In my judgment the widow acquired the naked legal title to this. real estate, subject to the power of a court of equity to deprive her of its beneficial use and require its conveyance as justice and equity demand. The administrator never took possession. The land was not required for purposes of administration. The effect of the decree, as said by Chief Justice Gilfillan, was "to discharge the land from the administration." The decree in no way affected the character of Mrs. Wellner's title to the land. She held it after as before the decree with all its deficiencies, and a court of equity might still deprive her of its beneficial use and require her to convey the title to her children. I therefore respectfully dissent.

JAGGARD, J., concurs with ELLIOTT, J.14

14 On homicide as affecting the devolution of property, see 36 Am. Law Reg. (N. S.) 225; 3 L. R. A. (N. S.) 726, note. Those courts that allow the murderer to take title do so, it would seem, in order that innocent purchasers for value from him may be protected.. But that is no reason for refusing to make him or his grantee with knowledge a trustee ex maleficio.

SECTION 6.-PERSONS CIVILLY DEAD

AVERY v. EVERETT.

(Court of Appeals of New York, 1888. 110 N. Y. 317, 18 N. E. 148, 1 L. R. A 264, 6 Am. St.
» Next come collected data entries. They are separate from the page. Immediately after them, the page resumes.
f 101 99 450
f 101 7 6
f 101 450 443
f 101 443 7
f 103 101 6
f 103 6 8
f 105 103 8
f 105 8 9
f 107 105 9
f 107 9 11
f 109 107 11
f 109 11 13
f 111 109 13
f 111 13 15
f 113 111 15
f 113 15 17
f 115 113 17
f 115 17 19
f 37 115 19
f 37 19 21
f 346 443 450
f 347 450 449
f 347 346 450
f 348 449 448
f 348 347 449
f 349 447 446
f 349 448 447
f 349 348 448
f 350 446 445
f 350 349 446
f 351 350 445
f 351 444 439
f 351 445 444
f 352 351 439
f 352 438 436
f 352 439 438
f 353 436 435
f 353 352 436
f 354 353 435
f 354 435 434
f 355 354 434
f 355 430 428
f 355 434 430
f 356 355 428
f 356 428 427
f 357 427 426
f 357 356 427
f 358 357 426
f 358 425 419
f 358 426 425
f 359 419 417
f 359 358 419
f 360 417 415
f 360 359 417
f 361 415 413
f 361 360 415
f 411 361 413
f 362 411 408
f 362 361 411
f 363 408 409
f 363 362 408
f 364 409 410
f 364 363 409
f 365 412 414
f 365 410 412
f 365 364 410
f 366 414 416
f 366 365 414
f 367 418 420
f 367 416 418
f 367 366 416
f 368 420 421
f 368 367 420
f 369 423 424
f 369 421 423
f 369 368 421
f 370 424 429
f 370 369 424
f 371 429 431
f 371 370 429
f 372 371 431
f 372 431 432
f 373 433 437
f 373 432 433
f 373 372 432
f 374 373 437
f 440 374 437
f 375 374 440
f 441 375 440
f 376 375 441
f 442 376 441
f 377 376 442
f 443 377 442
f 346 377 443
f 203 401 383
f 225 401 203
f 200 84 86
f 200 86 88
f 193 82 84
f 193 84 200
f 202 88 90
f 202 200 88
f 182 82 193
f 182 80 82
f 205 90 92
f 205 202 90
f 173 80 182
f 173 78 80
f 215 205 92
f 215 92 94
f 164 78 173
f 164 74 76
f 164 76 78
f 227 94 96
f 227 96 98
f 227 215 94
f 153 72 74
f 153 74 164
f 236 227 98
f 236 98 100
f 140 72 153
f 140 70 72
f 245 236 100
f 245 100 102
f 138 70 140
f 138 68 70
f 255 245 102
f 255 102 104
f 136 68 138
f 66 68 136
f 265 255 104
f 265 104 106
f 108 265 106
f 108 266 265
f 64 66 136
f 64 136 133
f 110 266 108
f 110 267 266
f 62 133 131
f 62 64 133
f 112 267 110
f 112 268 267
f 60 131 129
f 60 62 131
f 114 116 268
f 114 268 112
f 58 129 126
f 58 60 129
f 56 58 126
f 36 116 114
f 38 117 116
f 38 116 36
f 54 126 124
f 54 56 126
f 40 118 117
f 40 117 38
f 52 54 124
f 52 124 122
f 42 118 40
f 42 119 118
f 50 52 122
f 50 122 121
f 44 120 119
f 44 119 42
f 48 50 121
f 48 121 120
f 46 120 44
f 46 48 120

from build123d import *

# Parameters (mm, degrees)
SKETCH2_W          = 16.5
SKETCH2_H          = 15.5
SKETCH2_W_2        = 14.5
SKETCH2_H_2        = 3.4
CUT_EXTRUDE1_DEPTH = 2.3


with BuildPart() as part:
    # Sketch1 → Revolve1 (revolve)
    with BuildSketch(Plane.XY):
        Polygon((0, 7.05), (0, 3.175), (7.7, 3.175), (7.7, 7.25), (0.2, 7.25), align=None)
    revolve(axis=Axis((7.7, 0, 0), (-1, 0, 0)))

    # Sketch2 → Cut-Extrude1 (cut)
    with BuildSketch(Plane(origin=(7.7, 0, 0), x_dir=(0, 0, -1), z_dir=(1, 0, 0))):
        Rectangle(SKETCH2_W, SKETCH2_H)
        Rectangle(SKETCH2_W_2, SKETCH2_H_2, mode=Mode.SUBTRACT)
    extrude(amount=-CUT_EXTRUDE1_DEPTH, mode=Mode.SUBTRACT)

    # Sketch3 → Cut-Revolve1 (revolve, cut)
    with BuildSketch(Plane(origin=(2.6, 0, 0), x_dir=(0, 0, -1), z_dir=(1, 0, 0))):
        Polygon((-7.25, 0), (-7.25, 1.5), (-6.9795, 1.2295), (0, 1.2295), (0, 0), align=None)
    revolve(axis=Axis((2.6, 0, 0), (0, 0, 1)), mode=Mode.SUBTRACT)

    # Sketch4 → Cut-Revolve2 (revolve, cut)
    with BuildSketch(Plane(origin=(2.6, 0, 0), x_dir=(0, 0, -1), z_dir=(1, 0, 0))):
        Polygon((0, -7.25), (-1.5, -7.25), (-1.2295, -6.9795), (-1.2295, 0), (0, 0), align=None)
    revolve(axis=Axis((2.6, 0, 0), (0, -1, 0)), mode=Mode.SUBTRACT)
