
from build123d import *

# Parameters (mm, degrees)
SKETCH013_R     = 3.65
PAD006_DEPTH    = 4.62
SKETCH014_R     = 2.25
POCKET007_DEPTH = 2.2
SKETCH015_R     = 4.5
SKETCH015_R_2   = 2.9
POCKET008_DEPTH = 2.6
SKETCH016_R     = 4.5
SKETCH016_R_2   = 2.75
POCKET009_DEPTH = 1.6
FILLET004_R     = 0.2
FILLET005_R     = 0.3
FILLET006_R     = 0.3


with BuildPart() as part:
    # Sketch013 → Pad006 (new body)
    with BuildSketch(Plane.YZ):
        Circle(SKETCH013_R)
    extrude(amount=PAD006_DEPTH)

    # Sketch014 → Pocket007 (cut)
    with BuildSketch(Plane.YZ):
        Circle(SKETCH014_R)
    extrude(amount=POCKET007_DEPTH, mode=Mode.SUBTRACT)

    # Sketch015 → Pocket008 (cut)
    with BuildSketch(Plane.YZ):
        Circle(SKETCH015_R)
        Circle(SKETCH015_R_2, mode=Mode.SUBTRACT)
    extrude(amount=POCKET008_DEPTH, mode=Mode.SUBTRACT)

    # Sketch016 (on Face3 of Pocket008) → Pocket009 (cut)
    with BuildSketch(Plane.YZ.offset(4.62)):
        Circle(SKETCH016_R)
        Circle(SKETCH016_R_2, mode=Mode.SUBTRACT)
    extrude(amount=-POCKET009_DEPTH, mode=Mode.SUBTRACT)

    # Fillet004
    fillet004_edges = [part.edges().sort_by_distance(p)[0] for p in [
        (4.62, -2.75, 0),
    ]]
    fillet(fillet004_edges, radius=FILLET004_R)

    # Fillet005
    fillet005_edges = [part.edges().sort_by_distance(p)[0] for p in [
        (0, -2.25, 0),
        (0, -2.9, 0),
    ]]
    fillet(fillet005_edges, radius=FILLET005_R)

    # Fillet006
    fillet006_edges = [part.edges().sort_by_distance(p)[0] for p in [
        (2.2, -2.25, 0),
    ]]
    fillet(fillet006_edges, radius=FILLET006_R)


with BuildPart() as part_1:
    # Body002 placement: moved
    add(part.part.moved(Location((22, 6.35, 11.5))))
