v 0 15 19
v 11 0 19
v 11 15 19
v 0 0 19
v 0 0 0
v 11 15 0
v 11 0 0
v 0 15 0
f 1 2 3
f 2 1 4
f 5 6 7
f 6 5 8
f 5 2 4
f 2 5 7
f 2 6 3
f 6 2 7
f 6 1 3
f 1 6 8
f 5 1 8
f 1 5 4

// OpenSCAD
// Generated by SolidPython 1.0.1 on 2020-07-29 00:46:55


cube(size = [11, 15, 19]);
/***********************************************
*********      SolidPython code:      **********
************************************************
 
# import packages: SolidPython
from solid import *
from solid.utils import *
from itertools import chain, combinations, permutations


class Resize:

    def __init__(self, scad_file):
        self.scad_file = scad_file
        #self.scad_file = import_scad(scad_file)
        # cone/cylinder param:
        self.r1 = 0
        self.r2 = 0
        self.h = 0
        # rectangular prism param:
        self.w = 0
        self.l = 0
        # ellipse param:
        self.r = 0

    # import OpenScad code (file name corresponds to shape)


    # classify shape + parameters
    def assign(self, param1, param2, param3):
        if self.scad_file == 'cone.scad':
            self.r1 = param1
            self.r2 = param2
            self.h = param3
        elif self.scad_file == 'cylinder.scad':
            self.r1 = param1
            self.r2 = param2
            self.h = param3
        elif self.scad_file == 'rectangularPrism.scad':
            self.h = param1
            self.l = param2
            self.w = param3
        else:
            self.r = param1
            self.h = param2

    # resize parameters
    def iterate(self):
        x = range(3, 20, 2)
        i = 1
        if self.scad_file == 'cone.scad':
            tempList = list(permutations(x, 2))
            for temp in tempList:
                param1 = temp[0]
                param2 = temp[1]
                filepath = 'produced_scad_files/' + 'cone' + str(param1) + '_' + str(param2) + '_' + '.scad'
                scad_render_to_file(cylinder(h=param1, r1=param2, r2=0), filepath)

        elif self.scad_file == 'cylinder.scad':
            tempList = list(permutations(x, 3))
            for temp in tempList:
                param1 = temp[0]
                param2 = temp[1]
                filepath = 'produced_scad_files/' + 'cylinder' + str(param1) + '_' + str(param2) + '_' + '.scad'
                scad_render_to_file(cylinder(h=param1, r1=param2, r2=param2), filepath)

        elif self.scad_file == 'rectangularPrism.scad':
            tempList = list(permutations(x, 3))
            for temp in tempList:
                param1 = temp[0]
                param2 = temp[1]
                param3 = temp[2]
                filepath = 'produced_scad_files/' + 'rectangularPrism' + str(param1) + '_' + str(param2) + '_' + str(
                    param3) + '.scad'
                scad_render_to_file(cube(size=(param1, param2, param3)), filepath)

        elif self.scad_file == 'ellipse.scad':
            tempList = list(permutations(x, 4))
            for temp in tempList:
                param1 = temp[0]
                param2 = temp[1]
                param3 = temp[2]
                param4 = temp[3]
                filepath = 'produced_scad_files/' + 'ellipse' + str(param1) + '_' + str(param2) + '_' + str(param3) + '_' + str(param4) + '.scad'
                scad_render_to_file(scale([param1, param2, param3])(sphere(r=param4)), filepath)

    def render_to_scadfile(self):
        scad_render_to_file(scad, 'example.scad') 
 
************************************************/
Rep. 368.)

ANDREWS, J.15 We concur in the conclusion of the courts below that by the true construction of the will of John H. Southwick his son, Charles H. Southwick, took upon the testator's death a vested remainder in fee, limited upon the life estate of his mother in the premises in question, subject, however, to be defeated by a condition subsequent, viz., his death without children, in which event the substituted remainder given on that contingency to Augustus Southwick, the son of the testator's brother, Nathan, would vest in possession, thereby displacing the prior fee given to the testator's son, Charles. Vanderzee v. Slingerland, 103 N. Y. 47, 8 N. E. 247, 57 Am. Rep. 701; In re Railroad Co., 105 N. Y. 89, 11 N. E. 492, 59 Am. Rep. 478. The plaintiff claims under the devise to Augustus Southwick.

The widow of the testator died September 1, 1869, after the death of her husband. Charles H. Southwick is still living, unmarried, and without children. If nothing further appeared, the plaintiff's action would necessarily fail, for the reason that the contingency had not happened upon which the estate of Augustus Southwick is limited, and the defendant, George Everett, who is the lessee of Charles H. Southwick, would be entitled to judgment. The plaintiff, to obviate this apparent difficulty, proved that Charles H. Southwick, in October, 1875, was convicted of the crime of murder in the second degree, and was thereupon sentenced to imprisonment in the state prison at Auburn for the term of his natural life, and from that time has been imprisoned pursuant to such sentence. The plaintiff contends that as the life-estate of the widow was terminated by her death, and as Charles H., on his sentence to imprisonment for life, became civilly. dead, the contingent estate given by the will to Augustus Southwick in case "Charles H. should die without children," has become an actual fee.

The Revised Statutes declare that a person sentenced to imprisonment for life "shall thereafter be deemed civilly dead." 2 Rev. St. p. 701, § 20. *

To ascertain the meaning of the phrase "civil death," as used in the Revised Statutes, and whether the statute on a sentence of an offender to imprisonment for life operates eo instanti to divest him of his es

15 The statement of facts, part of the majority opinion, and all of the dissenting opinion of Earl, J., are omitted.